I'm not stuck yet, but I think I might print this out and make myself read it once in awhile in case I am tempted ... :-)

Selena said...

The timing of this post is wonderful. It's something I have been struggling with lately. I hope you don't mind but I'm going to share this post with others because I think it's something that everyone needs to be mindful of. We so often get stuck thinking one way about people and it's nice to have a reminder once in a while that we need to forget preconceived ideas and look at the here and now.

Colleen said...

Dear Dave:

I agree with Tamara, this is something that I need to re-read once in a while so that I am not stuck.

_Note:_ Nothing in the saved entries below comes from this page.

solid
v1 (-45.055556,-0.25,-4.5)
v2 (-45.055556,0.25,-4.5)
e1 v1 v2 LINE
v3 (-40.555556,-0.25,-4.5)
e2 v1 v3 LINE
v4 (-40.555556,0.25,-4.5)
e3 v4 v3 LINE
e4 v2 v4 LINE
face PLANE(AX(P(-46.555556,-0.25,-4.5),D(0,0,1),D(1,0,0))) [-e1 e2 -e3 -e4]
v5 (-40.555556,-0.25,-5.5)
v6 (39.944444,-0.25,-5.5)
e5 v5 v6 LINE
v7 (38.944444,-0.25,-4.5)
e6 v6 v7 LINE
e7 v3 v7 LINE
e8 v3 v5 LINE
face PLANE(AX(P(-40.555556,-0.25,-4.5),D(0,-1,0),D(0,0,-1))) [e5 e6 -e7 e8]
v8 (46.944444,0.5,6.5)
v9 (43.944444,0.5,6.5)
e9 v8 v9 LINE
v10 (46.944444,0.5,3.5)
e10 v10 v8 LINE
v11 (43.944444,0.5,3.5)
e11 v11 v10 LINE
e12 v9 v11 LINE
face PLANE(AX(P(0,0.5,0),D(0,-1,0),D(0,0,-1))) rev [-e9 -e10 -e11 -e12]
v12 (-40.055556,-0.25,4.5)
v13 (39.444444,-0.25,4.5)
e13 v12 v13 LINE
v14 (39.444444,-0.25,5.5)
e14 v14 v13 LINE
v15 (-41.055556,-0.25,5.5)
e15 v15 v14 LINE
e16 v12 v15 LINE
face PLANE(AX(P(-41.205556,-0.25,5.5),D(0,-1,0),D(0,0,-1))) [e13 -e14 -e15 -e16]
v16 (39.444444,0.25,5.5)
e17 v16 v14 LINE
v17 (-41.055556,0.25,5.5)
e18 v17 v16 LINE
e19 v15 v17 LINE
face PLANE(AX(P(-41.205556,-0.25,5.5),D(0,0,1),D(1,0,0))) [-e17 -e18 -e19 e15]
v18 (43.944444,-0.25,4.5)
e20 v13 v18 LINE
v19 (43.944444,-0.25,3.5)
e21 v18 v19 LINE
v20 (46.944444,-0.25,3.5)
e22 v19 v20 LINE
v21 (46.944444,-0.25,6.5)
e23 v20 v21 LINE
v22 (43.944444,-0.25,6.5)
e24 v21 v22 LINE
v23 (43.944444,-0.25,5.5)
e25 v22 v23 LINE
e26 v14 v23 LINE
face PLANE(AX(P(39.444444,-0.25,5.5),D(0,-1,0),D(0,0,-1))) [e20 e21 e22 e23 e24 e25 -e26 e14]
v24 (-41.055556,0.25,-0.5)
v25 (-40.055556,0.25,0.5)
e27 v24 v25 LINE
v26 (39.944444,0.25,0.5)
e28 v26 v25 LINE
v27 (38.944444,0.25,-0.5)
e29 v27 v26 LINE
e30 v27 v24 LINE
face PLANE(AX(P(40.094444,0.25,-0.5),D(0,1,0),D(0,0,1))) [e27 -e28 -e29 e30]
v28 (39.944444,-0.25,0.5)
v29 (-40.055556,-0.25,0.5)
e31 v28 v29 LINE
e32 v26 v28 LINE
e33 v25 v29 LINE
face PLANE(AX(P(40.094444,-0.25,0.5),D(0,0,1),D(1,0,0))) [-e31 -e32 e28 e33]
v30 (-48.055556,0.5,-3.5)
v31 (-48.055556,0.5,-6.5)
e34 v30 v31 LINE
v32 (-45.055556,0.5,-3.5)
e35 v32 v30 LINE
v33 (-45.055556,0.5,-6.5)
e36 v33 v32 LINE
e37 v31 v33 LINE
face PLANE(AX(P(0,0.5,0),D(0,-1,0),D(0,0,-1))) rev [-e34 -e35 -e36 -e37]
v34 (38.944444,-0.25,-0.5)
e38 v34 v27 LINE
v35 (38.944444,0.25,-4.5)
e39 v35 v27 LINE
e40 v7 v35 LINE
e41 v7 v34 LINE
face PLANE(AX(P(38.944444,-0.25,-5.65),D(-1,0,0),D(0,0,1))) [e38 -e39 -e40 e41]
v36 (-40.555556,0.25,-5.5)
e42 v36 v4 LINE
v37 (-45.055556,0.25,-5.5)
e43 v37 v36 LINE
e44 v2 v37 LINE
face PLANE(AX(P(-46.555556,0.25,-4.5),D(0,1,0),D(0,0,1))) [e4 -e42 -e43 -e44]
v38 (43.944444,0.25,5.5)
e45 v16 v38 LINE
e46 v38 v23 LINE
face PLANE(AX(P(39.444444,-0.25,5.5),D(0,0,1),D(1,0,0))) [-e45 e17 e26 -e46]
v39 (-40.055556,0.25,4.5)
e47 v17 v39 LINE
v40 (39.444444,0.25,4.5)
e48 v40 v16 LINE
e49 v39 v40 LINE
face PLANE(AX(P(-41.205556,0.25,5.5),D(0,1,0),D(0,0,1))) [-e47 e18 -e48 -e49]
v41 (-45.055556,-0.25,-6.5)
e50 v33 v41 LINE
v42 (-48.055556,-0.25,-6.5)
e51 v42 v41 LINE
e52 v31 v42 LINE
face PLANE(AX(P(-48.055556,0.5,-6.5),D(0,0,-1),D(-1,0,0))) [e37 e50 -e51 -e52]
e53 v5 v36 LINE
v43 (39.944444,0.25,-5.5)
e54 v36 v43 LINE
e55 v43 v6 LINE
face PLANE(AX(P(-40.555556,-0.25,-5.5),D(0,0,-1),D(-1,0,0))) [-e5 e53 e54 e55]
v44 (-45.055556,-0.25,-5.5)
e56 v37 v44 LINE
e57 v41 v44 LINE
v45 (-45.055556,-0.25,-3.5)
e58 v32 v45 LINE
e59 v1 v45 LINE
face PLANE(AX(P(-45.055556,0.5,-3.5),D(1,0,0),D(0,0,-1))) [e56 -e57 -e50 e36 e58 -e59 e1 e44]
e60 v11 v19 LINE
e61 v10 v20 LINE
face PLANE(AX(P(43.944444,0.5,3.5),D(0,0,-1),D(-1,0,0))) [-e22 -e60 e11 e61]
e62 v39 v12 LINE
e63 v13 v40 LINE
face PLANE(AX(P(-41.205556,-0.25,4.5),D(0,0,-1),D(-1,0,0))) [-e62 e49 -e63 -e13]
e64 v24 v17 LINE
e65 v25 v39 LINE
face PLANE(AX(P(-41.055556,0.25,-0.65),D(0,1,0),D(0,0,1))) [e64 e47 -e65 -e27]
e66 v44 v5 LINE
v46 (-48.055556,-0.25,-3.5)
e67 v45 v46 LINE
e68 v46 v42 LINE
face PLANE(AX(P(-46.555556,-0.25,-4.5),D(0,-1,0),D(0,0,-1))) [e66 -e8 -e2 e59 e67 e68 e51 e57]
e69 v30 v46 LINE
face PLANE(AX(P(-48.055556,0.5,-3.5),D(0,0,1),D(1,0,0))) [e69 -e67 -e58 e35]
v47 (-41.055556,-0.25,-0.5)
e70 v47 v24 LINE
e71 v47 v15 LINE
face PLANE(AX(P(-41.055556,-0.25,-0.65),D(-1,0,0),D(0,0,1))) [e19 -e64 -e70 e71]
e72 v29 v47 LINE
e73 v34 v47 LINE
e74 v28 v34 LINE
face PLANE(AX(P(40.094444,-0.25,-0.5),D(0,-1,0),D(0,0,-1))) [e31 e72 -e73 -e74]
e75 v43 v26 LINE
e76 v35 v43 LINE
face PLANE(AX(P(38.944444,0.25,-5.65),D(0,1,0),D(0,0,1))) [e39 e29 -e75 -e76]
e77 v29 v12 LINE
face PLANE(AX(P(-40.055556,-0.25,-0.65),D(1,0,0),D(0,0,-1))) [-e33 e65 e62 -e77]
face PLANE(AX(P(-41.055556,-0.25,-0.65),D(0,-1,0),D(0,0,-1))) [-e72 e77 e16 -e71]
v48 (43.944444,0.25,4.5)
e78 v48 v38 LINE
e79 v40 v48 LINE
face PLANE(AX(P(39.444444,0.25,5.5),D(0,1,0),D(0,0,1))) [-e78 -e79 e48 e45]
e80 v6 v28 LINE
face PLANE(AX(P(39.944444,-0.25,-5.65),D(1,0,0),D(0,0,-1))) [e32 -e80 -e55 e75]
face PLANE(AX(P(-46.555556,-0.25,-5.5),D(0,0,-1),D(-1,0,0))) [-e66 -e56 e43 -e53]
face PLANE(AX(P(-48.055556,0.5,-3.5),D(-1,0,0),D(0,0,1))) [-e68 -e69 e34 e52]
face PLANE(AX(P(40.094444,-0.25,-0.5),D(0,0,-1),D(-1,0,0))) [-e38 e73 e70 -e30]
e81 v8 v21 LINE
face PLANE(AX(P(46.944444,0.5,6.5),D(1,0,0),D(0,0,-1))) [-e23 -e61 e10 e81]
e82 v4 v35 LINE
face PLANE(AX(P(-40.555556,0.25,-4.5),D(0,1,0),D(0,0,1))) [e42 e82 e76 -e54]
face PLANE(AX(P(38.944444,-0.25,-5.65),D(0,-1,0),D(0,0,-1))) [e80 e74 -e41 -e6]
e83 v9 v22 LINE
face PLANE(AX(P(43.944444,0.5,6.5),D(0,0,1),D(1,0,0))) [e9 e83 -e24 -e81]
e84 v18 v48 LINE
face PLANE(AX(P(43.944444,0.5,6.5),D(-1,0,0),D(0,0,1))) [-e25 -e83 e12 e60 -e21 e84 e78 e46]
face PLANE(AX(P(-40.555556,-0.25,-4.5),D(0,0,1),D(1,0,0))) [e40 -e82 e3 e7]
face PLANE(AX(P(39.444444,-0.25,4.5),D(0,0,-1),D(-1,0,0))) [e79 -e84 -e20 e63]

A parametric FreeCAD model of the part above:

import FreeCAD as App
import Part
import Sketcher
from FreeCAD import Vector
Q = App.Units.Quantity

doc = App.newDocument("Part")
body = doc.addObject("PartDesign::Body", "Body")

sketch1 = doc.addObject("Sketcher::SketchObject", "Sketch")
body.addObject(sketch1)
sketch1.AttachmentSupport = (doc.YZ_Plane, [""])
sketch1.MapMode = "FlatFace"
sketch1.AttachmentOffset = App.Placement(Vector(0, 0, 45.444444), App.Rotation())
sketch1.addGeometry(Part.LineSegment(Vector(0.2, 5.5, 0), Vector(-0.2, 5.5, 0)), False)
sketch1.addGeometry(Part.LineSegment(Vector(-0.2, 5.5, 0), Vector(-0.2, 4.5, 0)), False)
sketch1.addGeometry(Part.LineSegment(Vector(-0.2, 4.5, 0), Vector(0.2, 4.5, 0)), False)
sketch1.addGeometry(Part.LineSegment(Vector(0.2, 4.5, 0), Vector(0.2, 5.5, 0)), False)
sketch1.addConstraint(Sketcher.Constraint("Coincident", 0, 2, 1, 1))
sketch1.addConstraint(Sketcher.Constraint("Coincident", 1, 2, 2, 1))
sketch1.addConstraint(Sketcher.Constraint("Coincident", 2, 2, 3, 1))
sketch1.addConstraint(Sketcher.Constraint("Coincident", 3, 2, 0, 1))
sketch1.addConstraint(Sketcher.Constraint("Horizontal", 0))
sketch1.addConstraint(Sketcher.Constraint("Vertical", 1))
sketch1.addConstraint(Sketcher.Constraint("Horizontal", 2))
sketch1.addConstraint(Sketcher.Constraint("Vertical", 3))
sketch1.addConstraint(Sketcher.Constraint("DistanceY", 1, 2, 1, 1, Q("1 mm")))
sketch1.addConstraint(Sketcher.Constraint("DistanceX", 0, 2, 0, 1, Q("0.5 mm")))
sketch1.addConstraint(Sketcher.Constraint("DistanceY", -1, 1, 0, 2, Q("5.5 mm")))
sketch1.addConstraint(Sketcher.Constraint("DistanceX", 0, 2, -1, 1, Q("0.25 mm")))

sketch2 = doc.addObject("Sketcher::SketchObject", "Sketch001")
body.addObject(sketch2)
sketch2.AttachmentSupport = (doc.XZ_Plane, [""])
sketch2.MapMode = "FlatFace"
sketch2.addGeometry(Part.LineSegment(Vector(-47, -5, 0), Vector(39, -5, 0)), False)
sketch2.addGeometry(Part.LineSegment(Vector(39, -5, 0), Vector(39, 0, 0)), False)
sketch2.addGeometry(Part.LineSegment(Vector(39, 0, 0), Vector(-41, 0, 0)), False)
sketch2.addGeometry(Part.LineSegment(Vector(-41, 0, 0), Vector(-41, 5, 0)), False)
sketch2.addGeometry(Part.LineSegment(Vector(-41, 5, 0), Vector(45, 5, 0)), False)
sketch2.addConstraint(Sketcher.Constraint("Coincident", 0, 2, 1, 1))
sketch2.addConstraint(Sketcher.Constraint("Coincident", 1, 2, 2, 1))
sketch2.addConstraint(Sketcher.Constraint("Coincident", 2, 2, 3, 1))
sketch2.addConstraint(Sketcher.Constraint("Coincident", 3, 2, 4, 1))
sketch2.addConstraint(Sketcher.Constraint("Horizontal", 0))
sketch2.addConstraint(Sketcher.Constraint("Vertical", 1))
sketch2.addConstraint(Sketcher.Constraint("Horizontal", 2))
sketch2.addConstraint(Sketcher.Constraint("Vertical", 3))
sketch2.addConstraint(Sketcher.Constraint("Horizontal", 4))
sketch2.addConstraint(Sketcher.Constraint("PointOnObject", 1, 2, -1))
sketch2.addConstraint(Sketcher.Constraint("Equal", 0, 4))
sketch2.addConstraint(Sketcher.Constraint("Equal", 1, 3))
sketch2.addConstraint(Sketcher.Constraint("DistanceX", 0, 1, 0, 2, Q("86 mm")))
sketch2.addConstraint(Sketcher.Constraint("DistanceX", 2, 2, 2, 1, Q("80 mm")))
sketch2.addConstraint(Sketcher.Constraint("DistanceY", 1, 1, 1, 2, Q("5 mm")))
sketch2.addConstraint(Sketcher.Constraint("DistanceX", 0, 1, -1, 1, Q("46.555556 mm")))
doc.recompute()

additivepipe = doc.addObject("PartDesign::AdditivePipe", "AdditivePipe")
body.addObject(additivepipe)
additivepipe.Profile = sketch1
additivepipe.Spine = (sketch2, ["Edge1", "Edge2", "Edge3", "Edge4", "Edge5"])
additivepipe.Transition = "Right corner"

I love what you said about Joe being too interesting a man to be thought about in that way. I have to remember this about my spouse too.

While reading about the parents though I did have a thought about what gets parents to that place where they are stuck in the ways that they think of their child. And I wonder what kind of things these parents have had to fight for, for their son. Often parents have had to fight for the very life of this child, have had to reel from the rejection of close family members, have had to fight for their child to have access to and belong in the ordinary things that we all take for granted like neighbourhood school or Boy Scouts. I think sometimes there is a trauma to the parents and that results in overprotection. It is scary to really see how vicious others can be to this child whose vulnerability becomes so terribly apparent. I wonder if that is how parents get stuck. I don't know how you get over that enough to see the beauty of what your child has become but you are so right Dave - you do have to, or you are stuck and so is the child. At some point you have to trust in the strength and resilience of that person.

Colleen

Wordshurtorheal said...

Just had a similar conversation about this very issue yesterday. And not just as parents but as a "support group" getting stuck in the same literature of milestones and commonalities. We are not our diagnosis. We are so much more.